Dissection of a sheep's kidney and function and simulation of urine analysis.

International College

12/05/2007

1. Dissection of a sheep's kidney

Material

• One sheep's Kidney per student
• Scalpel
• Dissecting Tray
• Disposable Gloves

Procedure:

• Cut the kidney longitudinally along a plane passing in the hilum (region where the ducts leave the kidney) and the convex side. Observe in each part obtained: Cortical region, medulla region, pelvis, renal artery, renal vein and ureter.
• Draw and label all the parts observed

Data Collection:

2. Simulation of urine analysis

Material required

12 test tubes Urine sample without glucose
Glass-marking pencil Urine sample with phosphate
Test tube rack Urine sample without phosphate

Test tube holder Urine sample with albumin

10-ml graduated cylinder Urine sample without albumin
Hot plate Urine sample with chloride
Bunsen burner Urine sample without chloride
400-ml beaker Benedict's solution
Matches Silver nitrate solution
Urine sample with glucose 10% acetic acid solution

Procedure

• Part A: Test for glucose

1. Place two test tubes in a rack, label one G and keep the other unlabeled
2. Prepare a hot water bath using a 400-ml beaker
3. Add 3ml of a benedict reagent to both test tubes
4. Add 3ml of urine sample with glucose to the test tube labeled G, and 3 ml of urine sample without glucose to the unlabeled test tube
5. Record the appearance of the substances in both tubes, then place them in the hot water bath for 2 minutes.
6. After 2 min, remove the test tubes from the hot water bath, place them in the rack and record any change in appearance in both.

• Part B: Test for Chloride

1. Place two test tubes in a rack, label one with a C and keep the other unlabeled
2. Add 5 ml of the urine sample with chloride to the test tube labeled C and 5 ml to the urine sample without chloride to the unlabeled test tube.
3. Record the appearance of the substances in both tubes.
4. Carefully add 3 drops of silver nitrate solution to each test tube
5. Record the appearance of the substances after the addition of silver nitrate solution.

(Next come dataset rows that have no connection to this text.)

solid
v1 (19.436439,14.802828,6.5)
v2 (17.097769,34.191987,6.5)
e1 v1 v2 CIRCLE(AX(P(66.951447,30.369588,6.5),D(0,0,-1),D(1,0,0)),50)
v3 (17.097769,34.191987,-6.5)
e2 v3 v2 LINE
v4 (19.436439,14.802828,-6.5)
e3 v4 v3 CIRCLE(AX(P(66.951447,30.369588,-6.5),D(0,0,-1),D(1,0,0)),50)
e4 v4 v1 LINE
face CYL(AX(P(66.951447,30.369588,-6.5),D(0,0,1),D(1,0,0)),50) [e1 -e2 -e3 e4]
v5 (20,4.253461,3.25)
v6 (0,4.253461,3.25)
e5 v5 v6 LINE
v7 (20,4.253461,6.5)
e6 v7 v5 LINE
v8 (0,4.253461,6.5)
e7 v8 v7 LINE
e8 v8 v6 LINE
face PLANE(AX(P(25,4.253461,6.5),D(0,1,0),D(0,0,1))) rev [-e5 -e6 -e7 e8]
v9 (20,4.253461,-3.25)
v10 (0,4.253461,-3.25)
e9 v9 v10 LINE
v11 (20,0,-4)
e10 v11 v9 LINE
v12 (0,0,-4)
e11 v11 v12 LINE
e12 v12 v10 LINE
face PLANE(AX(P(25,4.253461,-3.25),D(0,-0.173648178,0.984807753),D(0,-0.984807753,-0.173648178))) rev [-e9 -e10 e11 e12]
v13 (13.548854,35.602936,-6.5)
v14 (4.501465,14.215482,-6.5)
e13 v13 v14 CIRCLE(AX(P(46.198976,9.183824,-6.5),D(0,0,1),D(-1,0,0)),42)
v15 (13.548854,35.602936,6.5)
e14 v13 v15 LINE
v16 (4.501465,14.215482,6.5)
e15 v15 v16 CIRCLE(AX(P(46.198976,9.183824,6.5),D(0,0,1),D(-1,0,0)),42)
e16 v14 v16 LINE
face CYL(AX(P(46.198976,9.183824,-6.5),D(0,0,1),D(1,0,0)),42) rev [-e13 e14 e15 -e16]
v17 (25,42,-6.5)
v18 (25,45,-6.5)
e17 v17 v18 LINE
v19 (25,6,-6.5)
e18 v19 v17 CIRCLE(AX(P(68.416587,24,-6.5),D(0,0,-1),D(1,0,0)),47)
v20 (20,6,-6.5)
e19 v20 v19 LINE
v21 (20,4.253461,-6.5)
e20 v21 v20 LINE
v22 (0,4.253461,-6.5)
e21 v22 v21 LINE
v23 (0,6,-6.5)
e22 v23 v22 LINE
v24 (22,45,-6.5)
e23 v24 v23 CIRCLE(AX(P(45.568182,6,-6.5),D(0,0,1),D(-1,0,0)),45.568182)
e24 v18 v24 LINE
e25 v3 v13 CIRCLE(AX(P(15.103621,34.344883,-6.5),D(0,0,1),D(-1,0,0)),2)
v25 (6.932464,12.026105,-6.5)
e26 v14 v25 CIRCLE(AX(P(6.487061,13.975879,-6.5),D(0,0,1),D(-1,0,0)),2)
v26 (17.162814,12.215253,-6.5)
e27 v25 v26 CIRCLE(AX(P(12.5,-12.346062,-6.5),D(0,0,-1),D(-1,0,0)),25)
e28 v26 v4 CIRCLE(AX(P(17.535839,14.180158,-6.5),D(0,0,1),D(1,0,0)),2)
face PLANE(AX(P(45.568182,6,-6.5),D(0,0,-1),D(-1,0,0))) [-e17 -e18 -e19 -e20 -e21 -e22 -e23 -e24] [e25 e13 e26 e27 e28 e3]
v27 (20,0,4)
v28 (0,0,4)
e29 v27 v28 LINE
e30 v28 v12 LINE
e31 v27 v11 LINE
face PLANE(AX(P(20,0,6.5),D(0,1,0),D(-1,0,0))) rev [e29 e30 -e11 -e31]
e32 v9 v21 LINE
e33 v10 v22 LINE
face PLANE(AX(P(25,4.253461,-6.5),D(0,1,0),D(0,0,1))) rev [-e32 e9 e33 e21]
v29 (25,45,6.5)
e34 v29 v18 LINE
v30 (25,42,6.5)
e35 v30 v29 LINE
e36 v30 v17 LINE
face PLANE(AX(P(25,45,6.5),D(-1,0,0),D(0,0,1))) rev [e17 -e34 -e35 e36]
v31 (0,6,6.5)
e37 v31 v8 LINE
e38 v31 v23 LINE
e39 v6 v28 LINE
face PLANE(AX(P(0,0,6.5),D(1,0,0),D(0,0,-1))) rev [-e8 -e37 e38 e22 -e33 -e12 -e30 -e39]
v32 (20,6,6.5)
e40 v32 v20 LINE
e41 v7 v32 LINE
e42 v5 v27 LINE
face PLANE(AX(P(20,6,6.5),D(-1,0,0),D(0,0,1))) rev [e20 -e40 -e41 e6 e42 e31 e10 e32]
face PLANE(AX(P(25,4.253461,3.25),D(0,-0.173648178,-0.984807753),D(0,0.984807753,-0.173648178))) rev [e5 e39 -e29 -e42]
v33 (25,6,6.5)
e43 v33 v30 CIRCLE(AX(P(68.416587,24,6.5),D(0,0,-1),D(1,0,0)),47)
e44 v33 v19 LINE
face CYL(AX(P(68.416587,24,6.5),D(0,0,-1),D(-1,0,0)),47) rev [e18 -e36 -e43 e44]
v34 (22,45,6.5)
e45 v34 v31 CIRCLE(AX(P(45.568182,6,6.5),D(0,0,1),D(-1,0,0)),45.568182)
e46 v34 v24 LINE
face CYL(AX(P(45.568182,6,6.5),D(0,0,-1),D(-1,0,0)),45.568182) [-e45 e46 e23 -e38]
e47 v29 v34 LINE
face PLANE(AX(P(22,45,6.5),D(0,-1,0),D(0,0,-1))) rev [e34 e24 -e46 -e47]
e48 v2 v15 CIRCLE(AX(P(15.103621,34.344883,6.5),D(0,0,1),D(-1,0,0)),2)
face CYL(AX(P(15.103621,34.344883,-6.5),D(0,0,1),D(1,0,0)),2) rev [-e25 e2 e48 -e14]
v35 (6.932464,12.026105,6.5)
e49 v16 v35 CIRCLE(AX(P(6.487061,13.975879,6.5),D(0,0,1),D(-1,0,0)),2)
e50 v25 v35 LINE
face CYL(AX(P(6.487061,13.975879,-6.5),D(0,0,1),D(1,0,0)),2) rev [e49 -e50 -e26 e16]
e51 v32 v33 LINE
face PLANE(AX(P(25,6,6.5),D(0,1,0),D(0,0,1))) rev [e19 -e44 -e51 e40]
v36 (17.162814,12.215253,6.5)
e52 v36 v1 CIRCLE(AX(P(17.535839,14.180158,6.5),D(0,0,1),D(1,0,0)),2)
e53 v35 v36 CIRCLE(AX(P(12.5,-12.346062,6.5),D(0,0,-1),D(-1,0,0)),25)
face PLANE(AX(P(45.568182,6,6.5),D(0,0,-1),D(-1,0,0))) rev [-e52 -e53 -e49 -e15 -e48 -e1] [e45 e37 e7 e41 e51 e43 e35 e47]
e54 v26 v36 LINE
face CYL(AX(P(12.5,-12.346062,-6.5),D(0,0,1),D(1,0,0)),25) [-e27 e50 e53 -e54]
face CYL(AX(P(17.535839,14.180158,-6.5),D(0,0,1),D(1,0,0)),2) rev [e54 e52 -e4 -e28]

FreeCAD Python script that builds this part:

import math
import FreeCAD as App
import Part
import Sketcher

V = App.Vector
Q = App.Units.Quantity


def add_polygon(sketch, points):
    """Adds a closed chain of lines whose ends are joined by coincident constraints."""
    first, n = sketch.GeometryCount, len(points)
    for a, b in zip(points, points[1:] + points[:1]):
        sketch.addGeometry(Part.LineSegment(App.Vector(*a, 0), App.Vector(*b, 0)), False)
    for i in range(n):
        sketch.addConstraint(Sketcher.Constraint("Coincident", first + i, 2, first + (i + 1) % n, 1))

doc = App.newDocument("Part")
body = doc.addObject("PartDesign::Body", "Body")

sketch1 = body.newObject("Sketcher::SketchObject", "Sketch")
sketch1.AttachmentSupport = (doc.getObject("XY_Plane"), [""])
sketch1.MapMode = "FlatFace"
sketch1.addGeometry(Part.LineSegment(V(0, 6, 0), V(0, 0, 0)), False)
sketch1.addGeometry(Part.LineSegment(V(0, 0, 0), V(20, 0, 0)), False)
sketch1.addGeometry(Part.LineSegment(V(20, 0, 0), V(20, 6, 0)), False)
sketch1.addGeometry(Part.LineSegment(V(20, 6, 0), V(25, 6, 0)), False)
sketch1.addGeometry(Part.ArcOfCircle(Part.Circle(V(68.416587, 24, 0), V(0, 0, 1), 47), math.radians(157.481686), math.radians(202.518314)), False)
sketch1.addGeometry(Part.LineSegment(V(25, 42, 0), V(25, 45, 0)), False)
sketch1.addGeometry(Part.LineSegment(V(25, 45, 0), V(22, 45, 0)), False)
sketch1.addGeometry(Part.ArcOfCircle(Part.Circle(V(45.568182, 6, 0), V(0, 0, 1), 45.568182), math.radians(121.145087), math.radians(180)), False)
sketch1.addConstraint(Sketcher.Constraint("Coincident", 0, 2, 1, 1))
sketch1.addConstraint(Sketcher.Constraint("Coincident", 1, 2, 2, 1))
sketch1.addConstraint(Sketcher.Constraint("Coincident", 2, 2, 3, 1))
sketch1.addConstraint(Sketcher.Constraint("Coincident", 3, 2, 4, 2))
sketch1.addConstraint(Sketcher.Constraint("Coincident", 4, 1, 5, 1))
sketch1.addConstraint(Sketcher.Constraint("Coincident", 5, 2, 6, 1))
sketch1.addConstraint(Sketcher.Constraint("Coincident", 6, 2, 7, 1))
sketch1.addConstraint(Sketcher.Constraint("Tangent", 7, 2, 0, 1))
sketch1.addConstraint(Sketcher.Constraint("Vertical", 0))
sketch1.addConstraint(Sketcher.Constraint("Horizontal", 1))
sketch1.addConstraint(Sketcher.Constraint("Vertical", 2))
sketch1.addConstraint(Sketcher.Constraint("Horizontal", 3))
sketch1.addConstraint(Sketcher.Constraint("Vertical", 5))
sketch1.addConstraint(Sketcher.Constraint("Horizontal", 6))
sketch1.addConstraint(Sketcher.Constraint("Coincident", 0, 2, -1, 1))
sketch1.addConstraint(Sketcher.Constraint("Horizontal", 7, 3, 2, 2))
sketch1.addConstraint(Sketcher.Constraint("Vertical", 3, 2, 4, 1))
sketch1.addConstraint(Sketcher.Constraint("Equal", 6, 5))
sketch1.addConstraint(Sketcher.Constraint("Radius", 4, Q("47 mm")))
sketch1.addConstraint(Sketcher.Constraint("DistanceX", 1, 1, 1, 2, Q("20 mm")))
sketch1.addConstraint(Sketcher.Constraint("DistanceX", 3, 1, 3, 2, Q("5 mm")))
sketch1.addConstraint(Sketcher.Constraint("DistanceX", 6, 2, 6, 1, Q("3 mm")))
sketch1.addConstraint(Sketcher.Constraint("DistanceY", 0, 2, 0, 1, Q("6 mm")))
sketch1.addConstraint(Sketcher.Constraint("DistanceY", -1, 1, 4, 3, Q("24 mm")))
pad1 = body.newObject("PartDesign::Pad", "Pad")
pad1.Profile = sketch1
pad1.Length = 13
pad1.Midplane = True

sketch2 = body.newObject("Sketcher::SketchObject", "Sketch001")
sketch2.AttachmentSupport = (doc.getObject("YZ_Plane"), [""])
sketch2.MapMode = "FlatFace"
add_polygon(sketch2, [(4.253461, 6.5), (4.253461, 3.25), (0, 4), (0, 6.5)])
add_polygon(sketch2, [(0, -6.5), (0, -4), (4.253461, -3.25), (4.253461, -6.5)])
sketch2.addConstraint(Sketcher.Constraint("Vertical", 0))
sketch2.addConstraint(Sketcher.Constraint("Vertical", 2))
sketch2.addConstraint(Sketcher.Constraint("Horizontal", 3))
sketch2.addConstraint(Sketcher.Constraint("Vertical", 4))
sketch2.addConstraint(Sketcher.Constraint("Vertical", 6))
sketch2.addConstraint(Sketcher.Constraint("Horizontal", 7))
sketch2.addConstraint(Sketcher.Constraint("Symmetric", 1, 2, 4, 2, -1, 1))
sketch2.addConstraint(Sketcher.Constraint("Symmetric", 0, 2, 5, 2, -1))
sketch2.addConstraint(Sketcher.Constraint("Symmetric", 2, 2, 7, 2, -1))
sketch2.addConstraint(Sketcher.Constraint("Angle", 1, Q("170 deg")))
sketch2.addConstraint(Sketcher.Constraint("DistanceY", 2, 1, 2, 2, Q("2.5 mm")))
sketch2.addConstraint(Sketcher.Constraint("DistanceY", -1, 1, 1, 2, Q("4 mm")))
sketch2.addConstraint(Sketcher.Constraint("DistanceY", 0, 2, 0, 1, Q("3.25 mm")))
pocket1 = body.newObject("PartDesign::Pocket", "Pocket")
pocket1.Profile = sketch2
pocket1.Type = "ThroughAll"
pocket1.Reversed = True

sketch3 = body.newObject("Sketcher::SketchObject", "Sketch002")
sketch3.AttachmentSupport = (doc.getObject("XY_Plane"), [""])
sketch3.MapMode = "FlatFace"
sketch3.AttachmentOffset = App.Placement(V(0, 0, 6.5), App.Rotation())
sketch3.addGeometry(Part.ArcOfCircle(Part.Circle(V(12.5, -12.346062, 0), V(0, 0, 1), 25), math.radians(79.25067), math.radians(102.867752)), False)
sketch3.addGeometry(Part.ArcOfCircle(Part.Circle(V(17.535839, 14.180158, 0), V(0, 0, 1), 2), math.radians(-100.74933), math.radians(18.139714)), False)
sketch3.addGeometry(Part.ArcOfCircle(Part.Circle(V(66.951447, 30.369588, 0), V(0, 0, 1), 50), math.radians(175.615575), math.radians(198.139714)), False)
sketch3.addGeometry(Part.ArcOfCircle(Part.Circle(V(15.103621, 34.344883, 0), V(0, 0, 1), 2), math.radians(-4.384425), math.radians(141.021665)), False)
sketch3.addGeometry(Part.ArcOfCircle(Part.Circle(V(46.198976, 9.183824, 0), V(0, 0, 1), 42), math.radians(141.021665), math.radians(173.11936)), False)
sketch3.addGeometry(Part.ArcOfCircle(Part.Circle(V(6.487061, 13.975879, 0), V(0, 0, 1), 2), math.radians(173.11936), math.radians(282.867752)), False)
sketch3.addConstraint(Sketcher.Constraint("Coincident", 0, 1, 1, 1))
sketch3.addConstraint(Sketcher.Constraint("Coincident", 1, 2, 2, 2))
sketch3.addConstraint(Sketcher.Constraint("Coincident", 2, 1, 3, 1))
sketch3.addConstraint(Sketcher.Constraint("Coincident", 3, 2, 4, 1))
sketch3.addConstraint(Sketcher.Constraint("Coincident", 4, 2, 5, 1))
sketch3.addConstraint(Sketcher.Constraint("Coincident", 5, 2, 0, 2))
sketch3.addConstraint(Sketcher.Constraint("Radius", 0, Q("25 mm")))
sketch3.addConstraint(Sketcher.Constraint("Radius", 1, Q("2 mm")))
sketch3.addConstraint(Sketcher.Constraint("Radius", 2, Q("50 mm")))
sketch3.addConstraint(Sketcher.Constraint("Radius", 3, Q("2 mm")))
sketch3.addConstraint(Sketcher.Constraint("Radius", 4, Q("42 mm")))
sketch3.addConstraint(Sketcher.Constraint("Radius", 5, Q("2 mm")))
sketch3.addConstraint(Sketcher.Constraint("DistanceX", -1, 1, 0, 3, Q("12.5 mm")))
sketch3.addConstraint(Sketcher.Constraint("DistanceX", 4, 2, 5, 2, Q("2.430999 mm")))
sketch3.addConstraint(Sketcher.Constraint("DistanceX", 1, 3, 1, 2, Q("1.9006 mm")))
sketch3.addConstraint(Sketcher.Constraint("DistanceY", 4, 2, 3, 3, Q("20.129402 mm")))
sketch3.addConstraint(Sketcher.Constraint("DistanceY", 0, 3, -1, 1, Q("12.346062 mm")))
sketch3.addConstraint(Sketcher.Constraint("DistanceX", -1, 1, 1, 3, Q("17.535839 mm")))
sketch3.addConstraint(Sketcher.Constraint("DistanceX", -1, 1, 3, 3, Q("15.103621 mm")))
sketch3.addConstraint(Sketcher.Constraint("DistanceX", -1, 1, 5, 3, Q("6.487061 mm")))
sketch3.addConstraint(Sketcher.Constraint("DistanceX", -1, 1, 2, 1, Q("17.097769 mm")))
sketch3.addConstraint(Sketcher.Constraint("DistanceY", -1, 1, 4, 2, Q("14.215482 mm")))
sketch3.addConstraint(Sketcher.Constraint("DistanceY", 0, 1, 3, 3, Q("22.129631 mm")))
sketch3.addConstraint(Sketcher.Constraint("DistanceY", 2, 1, 3, 2, Q("1.410949 mm")))
pocket2 = body.newObject("PartDesign::Pocket", "Pocket001")
pocket2.Profile = sketch3
pocket2.Type = "ThroughAll"

doc.recompute()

• Part C: Test for Albumin

1. Place two test tubes in a rack, label one A and keep the other unlabeled
2. Half fill the test tube labeled A with the urine sample with albumin and the unlabeled one with the urine sample without albumin
3. Record the appearance of each substance in the tube
4. Using a test tube holder pass the top surface of each tube over the flame of a Bunsen Burner for 15 - 20 sec then record the appearance of each substance
5. Add 5 drops of acetic acid to each test tube and record your observations

• Part D: Test For Phosphate

1. Place two test tubes in a rack, label one P and keep the other unlabeled
2. Half fill the test tube labeled P, with the urine sample with Phosphate and the unlabeled one with the urine sample without Phosphate
3. Record the appearance of substances in each test tube
4. Using a test tube holder pass the top surface of each test tube over the flame of a Bunsen burner for 15 - 20 seconds. Record the appearance of the substances in the two tubes after heating
5. Add 5 drops of acetic acid to each test tube. Record your observations

• Part E: Testing an unknown urine sample

1. Obtain a sample of artificial urine marked unknown. Record the identification number of the sample
2. Using four clean test tubes perform the glucose, chloride, albumin, and phosphate tests on your unknown sample. Follow the above procedures.
3. Record your results, and identify your sample

Data Collection

Part A: Test for glucose

Table 1: Notable changes in test tubes before and after administering test revealing presence of glucose

Tubes

Initial Observation (before heating with Benedicts solution)

Final Observation after 2 minutes (after heating in water bath)

Tube labeled G

(Urine sample + Glucose)

Transparent blue color + light yellow/green transparent color at the top

Dark red-brick murky color

Unlabelled tube

(Urine sample without Glucose)

Transparent blue color + light yellow/green transparent color at the top

No change

Part B: Test for chloride

Table 2: Notable changes in test tubes before and after administering test revealing presence of chloride ions

Tubes

Initial Observation

Final Observation (after adding 3 drops of silver nitrate)

Tube labeled C

(Urine sample + Chloride )

Faint Yellow Color

Dark opaque yellow + more condensed than initial + forming a precipitate.

Unlabelled tube

(Urine sample without Chloride)

Faint Yellow Color

No Change: Still faint yellow

Part C: Test for albumin

Table 3: Notable changes in test tubes before and after administering test revealing presence of albumin

Tubes

Initial Observation of solutions

Observation after heating with Bunsen burner for 15-20sec

Observation after adding 5 drops of acetic acid solution

Tube labeled A

(Urine sample + Albumin )

Clear Yellow color + White precipitate

-Yellow transparent color + formation of gas bubbles and cloudy white particles. -Formation of a white albumin precipitate.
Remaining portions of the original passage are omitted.